So I'm wondering: what do you say to the person when faced with these types of situations? I don't mean what do you wish you had the guts to say; I mean how do you actually handle it? I'm curious. Does it depend on the person speaking? The situation? The comment itself? What do you do?

This really does relate to "The Office," since Michael makes some shockingly ignorant statements and assumptions (he assumes that Stanley's wife must be black in "The Dundies"; he wonders if black people eat pizza in "Boys & Girls"; and in "Diversity Day"...well, pick almost any scene). It's really hard to believe sometimes that an adult in today's culture could truly be so ignorant and unaware, much less be a manager.

Oct 10th 2006 edited

Ooooh, GREAT thread, LT. I was just posting in the "What do you do for a living?" thread, so I'll go:

As I stated in that thread, I am a college professor. When people hear that, they are immediately impressed. Then they ask, "What field?" And I reply, "Dance".

I get two responses to this:

Response #1: "Cool!"

Response #2: "Uh, you can get a degree in that?"

If you looked up my MySpace page, my quote is this: "Sigh, yes, you can get a degree in that."

Back when I was just a lowly dancer (please note the sarcasm), the response was always (from straight guys, anyway), "Oh! What KIND of dancer???" (Insert leer.)
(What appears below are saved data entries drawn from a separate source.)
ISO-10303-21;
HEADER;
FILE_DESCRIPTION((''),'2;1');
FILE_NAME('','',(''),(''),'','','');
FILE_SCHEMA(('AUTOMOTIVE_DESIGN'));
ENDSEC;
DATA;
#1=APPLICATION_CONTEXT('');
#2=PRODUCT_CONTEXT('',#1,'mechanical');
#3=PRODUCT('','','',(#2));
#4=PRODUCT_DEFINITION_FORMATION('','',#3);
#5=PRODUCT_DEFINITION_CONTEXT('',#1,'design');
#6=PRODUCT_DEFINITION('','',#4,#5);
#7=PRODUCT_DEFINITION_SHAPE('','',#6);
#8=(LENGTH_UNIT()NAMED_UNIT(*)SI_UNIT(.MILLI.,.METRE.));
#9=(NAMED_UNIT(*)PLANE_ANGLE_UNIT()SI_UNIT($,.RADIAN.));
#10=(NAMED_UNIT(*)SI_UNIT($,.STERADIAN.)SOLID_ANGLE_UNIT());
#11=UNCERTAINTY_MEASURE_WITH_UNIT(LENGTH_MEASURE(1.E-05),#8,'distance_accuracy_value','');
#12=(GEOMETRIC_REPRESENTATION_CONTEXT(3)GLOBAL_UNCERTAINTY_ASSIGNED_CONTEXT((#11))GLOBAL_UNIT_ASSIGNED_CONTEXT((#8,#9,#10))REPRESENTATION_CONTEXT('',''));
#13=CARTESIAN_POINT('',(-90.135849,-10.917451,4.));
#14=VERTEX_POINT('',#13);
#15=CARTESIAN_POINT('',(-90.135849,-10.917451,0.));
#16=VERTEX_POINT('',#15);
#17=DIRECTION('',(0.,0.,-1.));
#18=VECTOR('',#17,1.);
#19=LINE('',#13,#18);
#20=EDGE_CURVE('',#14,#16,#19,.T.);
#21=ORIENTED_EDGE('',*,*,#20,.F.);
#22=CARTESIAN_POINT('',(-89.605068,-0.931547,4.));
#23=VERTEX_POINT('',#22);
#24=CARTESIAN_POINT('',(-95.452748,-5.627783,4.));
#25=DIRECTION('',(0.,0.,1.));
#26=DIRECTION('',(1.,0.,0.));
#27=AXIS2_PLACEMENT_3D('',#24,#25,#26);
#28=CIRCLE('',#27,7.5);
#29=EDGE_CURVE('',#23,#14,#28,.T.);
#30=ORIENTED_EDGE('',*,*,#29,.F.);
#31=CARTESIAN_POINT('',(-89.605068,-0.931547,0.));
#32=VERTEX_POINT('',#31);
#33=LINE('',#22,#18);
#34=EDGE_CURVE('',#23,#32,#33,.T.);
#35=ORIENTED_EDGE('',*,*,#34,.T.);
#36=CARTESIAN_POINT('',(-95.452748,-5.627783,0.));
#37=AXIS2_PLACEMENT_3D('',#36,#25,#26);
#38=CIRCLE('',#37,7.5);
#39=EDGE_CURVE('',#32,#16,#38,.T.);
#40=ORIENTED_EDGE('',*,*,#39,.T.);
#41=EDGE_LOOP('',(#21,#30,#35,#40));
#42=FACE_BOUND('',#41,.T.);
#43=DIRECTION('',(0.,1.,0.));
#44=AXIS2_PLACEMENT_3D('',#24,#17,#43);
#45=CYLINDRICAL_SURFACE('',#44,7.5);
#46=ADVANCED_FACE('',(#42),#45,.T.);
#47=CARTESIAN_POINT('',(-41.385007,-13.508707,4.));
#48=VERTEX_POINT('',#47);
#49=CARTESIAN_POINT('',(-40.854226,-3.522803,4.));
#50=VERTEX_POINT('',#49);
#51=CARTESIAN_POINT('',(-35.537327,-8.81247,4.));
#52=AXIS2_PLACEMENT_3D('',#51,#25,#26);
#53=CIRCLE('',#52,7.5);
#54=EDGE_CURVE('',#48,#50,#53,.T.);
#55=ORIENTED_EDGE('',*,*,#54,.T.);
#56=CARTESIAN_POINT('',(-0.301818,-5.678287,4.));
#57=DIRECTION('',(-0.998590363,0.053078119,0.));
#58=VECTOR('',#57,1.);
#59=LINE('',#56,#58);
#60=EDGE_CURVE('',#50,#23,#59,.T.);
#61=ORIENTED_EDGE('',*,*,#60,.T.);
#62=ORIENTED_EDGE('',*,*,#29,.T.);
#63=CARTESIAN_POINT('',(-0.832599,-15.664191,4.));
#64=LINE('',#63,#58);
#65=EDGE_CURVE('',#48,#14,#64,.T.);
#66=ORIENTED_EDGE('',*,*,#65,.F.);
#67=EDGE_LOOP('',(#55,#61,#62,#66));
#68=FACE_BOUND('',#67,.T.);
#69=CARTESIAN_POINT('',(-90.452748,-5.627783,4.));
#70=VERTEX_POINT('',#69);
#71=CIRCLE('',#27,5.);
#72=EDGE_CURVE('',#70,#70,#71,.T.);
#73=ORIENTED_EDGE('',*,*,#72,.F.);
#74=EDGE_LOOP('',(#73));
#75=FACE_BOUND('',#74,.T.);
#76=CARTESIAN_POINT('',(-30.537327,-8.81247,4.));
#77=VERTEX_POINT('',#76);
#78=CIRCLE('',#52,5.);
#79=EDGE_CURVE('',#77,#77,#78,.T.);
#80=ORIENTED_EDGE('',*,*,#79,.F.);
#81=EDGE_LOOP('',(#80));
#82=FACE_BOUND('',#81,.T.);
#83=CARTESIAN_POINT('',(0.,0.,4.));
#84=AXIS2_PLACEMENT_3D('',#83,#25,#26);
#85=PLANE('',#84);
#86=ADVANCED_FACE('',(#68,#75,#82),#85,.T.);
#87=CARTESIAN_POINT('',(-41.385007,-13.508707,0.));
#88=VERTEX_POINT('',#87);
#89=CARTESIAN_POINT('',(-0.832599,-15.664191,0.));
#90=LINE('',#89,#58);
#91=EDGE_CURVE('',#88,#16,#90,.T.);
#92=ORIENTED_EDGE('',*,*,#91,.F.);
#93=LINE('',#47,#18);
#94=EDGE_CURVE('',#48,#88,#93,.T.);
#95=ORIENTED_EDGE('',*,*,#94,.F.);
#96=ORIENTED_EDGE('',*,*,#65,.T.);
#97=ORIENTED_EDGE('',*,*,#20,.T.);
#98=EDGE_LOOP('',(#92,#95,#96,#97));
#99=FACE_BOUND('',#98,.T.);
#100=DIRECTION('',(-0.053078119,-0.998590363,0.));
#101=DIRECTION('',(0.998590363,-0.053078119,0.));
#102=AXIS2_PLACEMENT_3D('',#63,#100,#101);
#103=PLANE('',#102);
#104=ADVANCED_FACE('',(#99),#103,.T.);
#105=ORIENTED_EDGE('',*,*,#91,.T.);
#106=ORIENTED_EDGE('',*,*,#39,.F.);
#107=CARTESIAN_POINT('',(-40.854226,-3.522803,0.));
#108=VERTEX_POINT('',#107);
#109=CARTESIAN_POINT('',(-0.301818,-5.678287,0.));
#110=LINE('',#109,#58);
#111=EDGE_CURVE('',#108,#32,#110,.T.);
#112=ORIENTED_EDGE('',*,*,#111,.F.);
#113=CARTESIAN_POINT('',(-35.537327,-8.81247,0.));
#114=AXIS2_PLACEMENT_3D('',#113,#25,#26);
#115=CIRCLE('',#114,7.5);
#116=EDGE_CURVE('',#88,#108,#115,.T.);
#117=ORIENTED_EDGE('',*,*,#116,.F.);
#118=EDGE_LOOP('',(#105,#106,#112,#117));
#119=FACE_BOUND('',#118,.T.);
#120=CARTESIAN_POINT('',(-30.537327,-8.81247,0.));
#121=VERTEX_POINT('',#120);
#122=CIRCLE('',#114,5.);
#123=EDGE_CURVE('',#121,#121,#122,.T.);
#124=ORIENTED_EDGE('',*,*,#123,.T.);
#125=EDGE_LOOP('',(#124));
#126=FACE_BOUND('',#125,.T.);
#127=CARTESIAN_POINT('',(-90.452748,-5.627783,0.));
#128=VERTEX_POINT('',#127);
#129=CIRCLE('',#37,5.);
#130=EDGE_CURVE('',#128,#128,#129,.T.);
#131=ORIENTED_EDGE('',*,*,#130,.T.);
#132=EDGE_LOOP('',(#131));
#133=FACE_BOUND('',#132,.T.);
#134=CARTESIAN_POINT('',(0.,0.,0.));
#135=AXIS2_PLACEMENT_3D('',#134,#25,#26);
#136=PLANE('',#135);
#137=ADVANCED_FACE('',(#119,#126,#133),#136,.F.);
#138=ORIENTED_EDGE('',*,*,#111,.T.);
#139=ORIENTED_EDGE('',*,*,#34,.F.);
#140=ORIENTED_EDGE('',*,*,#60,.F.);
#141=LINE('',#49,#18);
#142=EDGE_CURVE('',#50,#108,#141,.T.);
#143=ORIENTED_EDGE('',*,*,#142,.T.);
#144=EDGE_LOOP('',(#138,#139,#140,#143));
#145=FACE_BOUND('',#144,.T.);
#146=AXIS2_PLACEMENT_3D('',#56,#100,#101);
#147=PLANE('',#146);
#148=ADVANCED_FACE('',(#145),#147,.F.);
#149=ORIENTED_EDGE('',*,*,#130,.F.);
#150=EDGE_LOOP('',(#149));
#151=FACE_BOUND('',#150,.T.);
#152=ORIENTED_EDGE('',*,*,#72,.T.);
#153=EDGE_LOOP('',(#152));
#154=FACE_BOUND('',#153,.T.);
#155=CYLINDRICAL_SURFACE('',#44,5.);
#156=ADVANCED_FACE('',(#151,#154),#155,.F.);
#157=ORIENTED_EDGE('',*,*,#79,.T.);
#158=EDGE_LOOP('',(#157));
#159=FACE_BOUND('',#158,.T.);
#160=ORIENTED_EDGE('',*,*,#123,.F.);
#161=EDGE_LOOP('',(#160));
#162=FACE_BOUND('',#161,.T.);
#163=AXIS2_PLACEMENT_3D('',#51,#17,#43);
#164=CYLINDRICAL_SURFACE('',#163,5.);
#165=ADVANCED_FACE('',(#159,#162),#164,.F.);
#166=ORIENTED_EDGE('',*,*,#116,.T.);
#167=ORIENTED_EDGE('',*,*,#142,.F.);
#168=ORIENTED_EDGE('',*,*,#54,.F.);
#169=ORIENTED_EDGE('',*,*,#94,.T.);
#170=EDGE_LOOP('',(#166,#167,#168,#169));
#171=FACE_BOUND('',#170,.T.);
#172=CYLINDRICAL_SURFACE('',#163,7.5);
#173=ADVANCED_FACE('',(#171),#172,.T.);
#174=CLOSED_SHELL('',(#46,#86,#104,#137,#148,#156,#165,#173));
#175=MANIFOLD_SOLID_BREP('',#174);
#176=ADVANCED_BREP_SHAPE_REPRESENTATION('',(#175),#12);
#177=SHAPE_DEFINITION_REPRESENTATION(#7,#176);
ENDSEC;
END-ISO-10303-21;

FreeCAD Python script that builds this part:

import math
import FreeCAD as App
import Part
import Sketcher
from FreeCAD import Vector

doc = App.newDocument("Part")
body = doc.addObject("PartDesign::Body", "Body")

sketch1 = body.newObject("Sketcher::SketchObject", "Sketch")
sketch1.AttachmentSupport = (doc.getObject("XY_Plane"), [""])
sketch1.MapMode = "FlatFace"
sketch1.addGeometry(Part.ArcOfCircle(Part.Circle(Vector(-95.5, -5.6, 0), Vector(0, 0, 1), 7.5), math.radians(64), math.radians(315)), False)
sketch1.addGeometry(Part.LineSegment(Vector(-90.1, -10.9, 0), Vector(-41.4, -13.5, 0)), False)
sketch1.addGeometry(Part.ArcOfCircle(Part.Circle(Vector(-35.5, -8.8, 0), Vector(0, 0, 1), 7.5), math.radians(-141), math.radians(64)), False)
sketch1.addGeometry(Part.ArcOfCircle(Part.Circle(Vector(-35.5, -8.8, 0), Vector(0, 0, 1), 7.5), math.radians(64), math.radians(135)), False)
sketch1.addGeometry(Part.LineSegment(Vector(-40.9, -3.5, 0), Vector(-89.6, -0.9, 0)), False)
sketch1.addGeometry(Part.ArcOfCircle(Part.Circle(Vector(-95.5, -5.6, 0), Vector(0, 0, 1), 7.5), math.radians(39), math.radians(64)), False)
sketch1.addGeometry(Part.ArcOfCircle(Part.Circle(Vector(-35.5, -8.8, 0), Vector(0, 0, 1), 5), math.radians(87), math.radians(267)), False)
sketch1.addGeometry(Part.ArcOfCircle(Part.Circle(Vector(-35.5, -8.8, 0), Vector(0, 0, 1), 5), math.radians(64), math.radians(87)), False)
sketch1.addGeometry(Part.ArcOfCircle(Part.Circle(Vector(-35.5, -8.8, 0), Vector(0, 0, 1), 5), math.radians(-93), math.radians(64)), False)
sketch1.addGeometry(Part.ArcOfCircle(Part.Circle(Vector(-95.5, -5.6, 0), Vector(0, 0, 1), 5), math.radians(-93), math.radians(64)), False)
sketch1.addGeometry(Part.ArcOfCircle(Part.Circle(Vector(-95.5, -5.6, 0), Vector(0, 0, 1), 5), math.radians(87), math.radians(267)), False)
sketch1.addGeometry(Part.ArcOfCircle(Part.Circle(Vector(-95.5, -5.6, 0), Vector(0, 0, 1), 5), math.radians(64), math.radians(87)), False)
sketch1.addConstraint(Sketcher.Constraint("Coincident", 0, 2, 1, 1))
sketch1.addConstraint(Sketcher.Constraint("Coincident", 1, 2, 2, 1))
sketch1.addConstraint(Sketcher.Constraint("Tangent", 2, 2, 3, 1))
sketch1.addConstraint(Sketcher.Constraint("Coincident", 3, 2, 4, 1))
sketch1.addConstraint(Sketcher.Constraint("Coincident", 4, 2, 5, 1))
sketch1.addConstraint(Sketcher.Constraint("Tangent", 5, 2, 0, 1))
sketch1.addConstraint(Sketcher.Constraint("Tangent", 6, 1, 7, 2))
sketch1.addConstraint(Sketcher.Constraint("Tangent", 7, 1, 8, 2))
sketch1.addConstraint(Sketcher.Constraint("Tangent", 8, 1, 6, 2))
sketch1.addConstraint(Sketcher.Constraint("Tangent", 9, 1, 10, 2))
sketch1.addConstraint(Sketcher.Constraint("Tangent", 10, 1, 11, 2))
sketch1.addConstraint(Sketcher.Constraint("Tangent", 11, 1, 9, 2))
sketch1.addConstraint(Sketcher.Constraint("Coincident", 6, 3, 2, 3))
sketch1.addConstraint(Sketcher.Constraint("Coincident", 9, 3, 0, 3))
sketch1.addConstraint(Sketcher.Constraint("Equal", 0, 2))
sketch1.addConstraint(Sketcher.Constraint("Equal", 2, 3))
sketch1.addConstraint(Sketcher.Constraint("Equal", 3, 5))
sketch1.addConstraint(Sketcher.Constraint("Equal", 8, 9))
sketch1.addConstraint(Sketcher.Constraint("Parallel", 1, 4))
sketch1.addConstraint(Sketcher.Constraint("Equal", 1, 4))
sketch1.addConstraint(Sketcher.Constraint("Radius", 6, 5.0))
sketch1.addConstraint(Sketcher.Constraint("Radius", 0, 7.5))
sketch1.addConstraint(Sketcher.Constraint("DistanceX", 0, 3, 0, 2, 5.316899))
sketch1.addConstraint(Sketcher.Constraint("Distance", 1, 48.81966))
sketch1.addConstraint(Sketcher.Constraint("DistanceX", 0, 3, -1, 1, 95.452748))
sketch1.addConstraint(Sketcher.Constraint("DistanceY", 2, 3, -1, 1, 8.81247))
sketch1.addConstraint(Sketcher.Constraint("DistanceY", 0, 2, -1, 1, 10.917451))
sketch1.addConstraint(Sketcher.Constraint("DistanceY", 6, 1, -1, 1, 3.819519))
sketch1.addConstraint(Sketcher.Constraint("DistanceX", 9, 1, -1, 1, 95.718139))
sketch1.addConstraint(Sketcher.Constraint("DistanceY", 10, 1, -1, 1, 0.634832))
sketch1.addConstraint(Sketcher.Constraint("DistanceX", 11, 1, -1, 1, 93.296839))
sketch1.addConstraint(Sketcher.Constraint("DistanceX", 0, 3, 2, 3, 59.915422))
sketch1.addConstraint(Sketcher.Constraint("DistanceY", 3, 3, 2, 2, 6.766988))
sketch1.addConstraint(Sketcher.Constraint("DistanceY", 4, 2, 5, 2, 2.070752))
sketch1.addConstraint(Sketcher.Constraint("DistanceX", 6, 1, 7, 1, 1.890518))
sketch1.addConstraint(Sketcher.Constraint("DistanceX", 8, 1, 7, 3, 0.265391))
pad1 = body.newObject("PartDesign::Pad", "Pad")
pad1.Profile = sketch1
pad1.Length = 4

doc.recompute()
Believe me, you can take one look at me and never, ever, think "exotic dancer", but that's what they thought anyway. (And I am not disrespecting exotic dancers; everyone has to make a living.) I think being (a) female, and (b) a dancer in THIS country, anyway, always gave people license to presume that I was hotter, sluttier, looser, than the average female because of what I do.

Now, I am no puritan, but I am an artist first. I really believe thought-provoking art, whatever the form (music, writing, theatre) can change the world. And it always irritated me that some people would presume that what I do automatically implies that it is about sex, and therefore, I am some kind of whore.

And I am particularly irritated that becoming a professor somehow makes what I do, and have always done, acceptable. That is ridiculous. And the saddest thing about that is, sometimes I DO feel legitimate in my work now that it is contextualized by my "acceptable" professor status. The treatment I have gotten in the past was so pervasive in my own judgement of myself that I am guilty of feeling relief for being something other than "just a dancer". Which is code for "I have no brain" to so many people, dancers included. Sad.

Oct 10th 2006 edited

LT- While her comment was ignorant, she obviously does not play a large enough part of your life to warrant a full on tirade. If you feel strongly, you can tell her in very simple terms that you do not subscribe to that belief. Leave it at that.
Parenting has taught me to "pick my battles". You have to decide if this person is worth your time, friendship, and energy. I don't think there is any one right way to respond to comments such as that. It's up to the individual and the situation.

Oct 10th 2006

Whoops, never answered the actual question: What do you do when confronted with said predjudice?

The people that can't believe one can get a degree in dance always ask, "What kind of classes do you teach?" Answer (I don't teach ALL of these, but between my colleagues and myself):

Kinesiology (anatomy with movement)

Philosophy of Dance

Pedagogy (dance teaching)

Choreography

Dance Improvisation

Dance History (two sections; one gen ed, and one for majors)

Dance Education (K-12)

And so on. (Plus all the studio classes: 4 levels of Jazz, Modern, and Ballet; specialty forms such as Hip-Hop, African, etc.)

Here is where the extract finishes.